Prompt: Repeat the entries word for word. Leave nothing out.

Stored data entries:
********

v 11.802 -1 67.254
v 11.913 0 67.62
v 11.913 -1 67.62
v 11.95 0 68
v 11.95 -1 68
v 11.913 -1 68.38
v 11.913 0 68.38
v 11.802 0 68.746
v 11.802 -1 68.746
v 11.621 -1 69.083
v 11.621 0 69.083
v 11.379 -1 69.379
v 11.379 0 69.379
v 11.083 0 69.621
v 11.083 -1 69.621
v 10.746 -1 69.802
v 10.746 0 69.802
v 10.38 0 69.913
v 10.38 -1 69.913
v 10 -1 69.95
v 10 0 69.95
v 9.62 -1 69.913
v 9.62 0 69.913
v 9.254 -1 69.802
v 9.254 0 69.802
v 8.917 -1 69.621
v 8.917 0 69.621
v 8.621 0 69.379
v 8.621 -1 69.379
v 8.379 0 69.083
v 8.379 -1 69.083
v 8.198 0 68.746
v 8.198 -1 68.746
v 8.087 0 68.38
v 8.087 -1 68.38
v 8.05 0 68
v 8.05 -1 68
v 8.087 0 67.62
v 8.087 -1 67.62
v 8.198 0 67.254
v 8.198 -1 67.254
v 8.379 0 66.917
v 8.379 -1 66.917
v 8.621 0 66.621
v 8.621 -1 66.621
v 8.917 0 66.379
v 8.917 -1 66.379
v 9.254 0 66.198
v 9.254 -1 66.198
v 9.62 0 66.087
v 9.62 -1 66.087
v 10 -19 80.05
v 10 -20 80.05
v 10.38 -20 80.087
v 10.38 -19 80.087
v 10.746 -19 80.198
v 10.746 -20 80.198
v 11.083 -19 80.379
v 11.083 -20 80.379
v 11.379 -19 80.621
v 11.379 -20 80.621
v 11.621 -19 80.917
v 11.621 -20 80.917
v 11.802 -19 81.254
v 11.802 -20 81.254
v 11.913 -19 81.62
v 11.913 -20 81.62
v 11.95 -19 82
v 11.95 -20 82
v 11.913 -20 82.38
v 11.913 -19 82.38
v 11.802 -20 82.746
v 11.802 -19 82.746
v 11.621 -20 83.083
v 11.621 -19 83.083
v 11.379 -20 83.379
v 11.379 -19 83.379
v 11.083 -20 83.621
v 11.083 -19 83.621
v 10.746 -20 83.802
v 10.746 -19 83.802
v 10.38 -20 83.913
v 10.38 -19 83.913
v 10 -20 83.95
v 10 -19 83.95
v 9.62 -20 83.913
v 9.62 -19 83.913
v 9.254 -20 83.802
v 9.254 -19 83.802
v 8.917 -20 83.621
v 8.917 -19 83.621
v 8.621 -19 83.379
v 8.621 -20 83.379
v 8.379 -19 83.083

********

Response to this exercise:
v 11.802 -1 67.254
v 11.913 0 67.62
v 11.913 -1 67.62
v 11.95 0 68
v 11.95 -1 68
v 11.913 -1 68.38
v 11.913 0 68.38
v 11.802 0 68.746
v 11.802 -1 68.746
v 11.621 -1 69.083
v 11.621 0 69.083
v 11.379 -1 69.379
v 11.379 0 69.379
v 11.083 0 69.621
v 11.083 -1 69.621
v 10.746 -1 69.802
v 10.746 0 69.802
v 10.38 0 69.913
v 10.38 -1 69.913
v 10 -1 69.95
v 10 0 69.95
v 9.62 -1 69.913
v 9.62 0 69.913
v 9.254 -1 69.802
v 9.254 0 69.802
v 8.917 -1 69.621
v 8.917 0 69.621
v 8.621 0 69.379
v 8.621 -1 69.379
v 8.379 0 69.083
v 8.379 -1 69.083
v 8.198 0 68.746
v 8.198 -1 68.746
v 8.087 0 68.38
v 8.087 -1 68.38
v 8.05 0 68
v 8.05 -1 68
v 8.087 0 67.62
v 8.087 -1 67.62
v 8.198 0 67.254
v 8.198 -1 67.254
v 8.379 0 66.917
v 8.379 -1 66.917
v 8.621 0 66.621
v 8.621 -1 66.621
v 8.917 0 66.379
v 8.917 -1 66.379
v 9.254 0 66.198
v 9.254 -1 66.198
v 9.62 0 66.087
v 9.62 -1 66.087
v 10 -19 80.05
v 10 -20 80.05
v 10.38 -20 80.087
v 10.38 -19 80.087
v 10.746 -19 80.198
v 10.746 -20 80.198
v 11.083 -19 80.379
v 11.083 -20 80.379
v 11.379 -19 80.621
v 11.379 -20 80.621
v 11.621 -19 80.917
v 11.621 -20 80.917
v 11.802 -19 81.254
v 11.802 -20 81.254
v 11.913 -19 81.62
v 11.913 -20 81.62
v 11.95 -19 82
v 11.95 -20 82
v 11.913 -20 82.38
v 11.913 -19 82.38
v 11.802 -20 82.746
v 11.802 -19 82.746
v 11.621 -20 83.083
v 11.621 -19 83.083
v 11.379 -20 83.379
v 11.379 -19 83.379
v 11.083 -20 83.621
v 11.083 -19 83.621
v 10.746 -20 83.802
v 10.746 -19 83.802
v 10.38 -20 83.913
v 10.38 -19 83.913
v 10 -20 83.95
v 10 -19 83.95
v 9.62 -20 83.913
v 9.62 -19 83.913
v 9.254 -20 83.802
v 9.254 -19 83.802
v 8.917 -20 83.621
v 8.917 -19 83.621
v 8.621 -19 83.379
v 8.621 -20 83.379
v 8.379 -19 83.083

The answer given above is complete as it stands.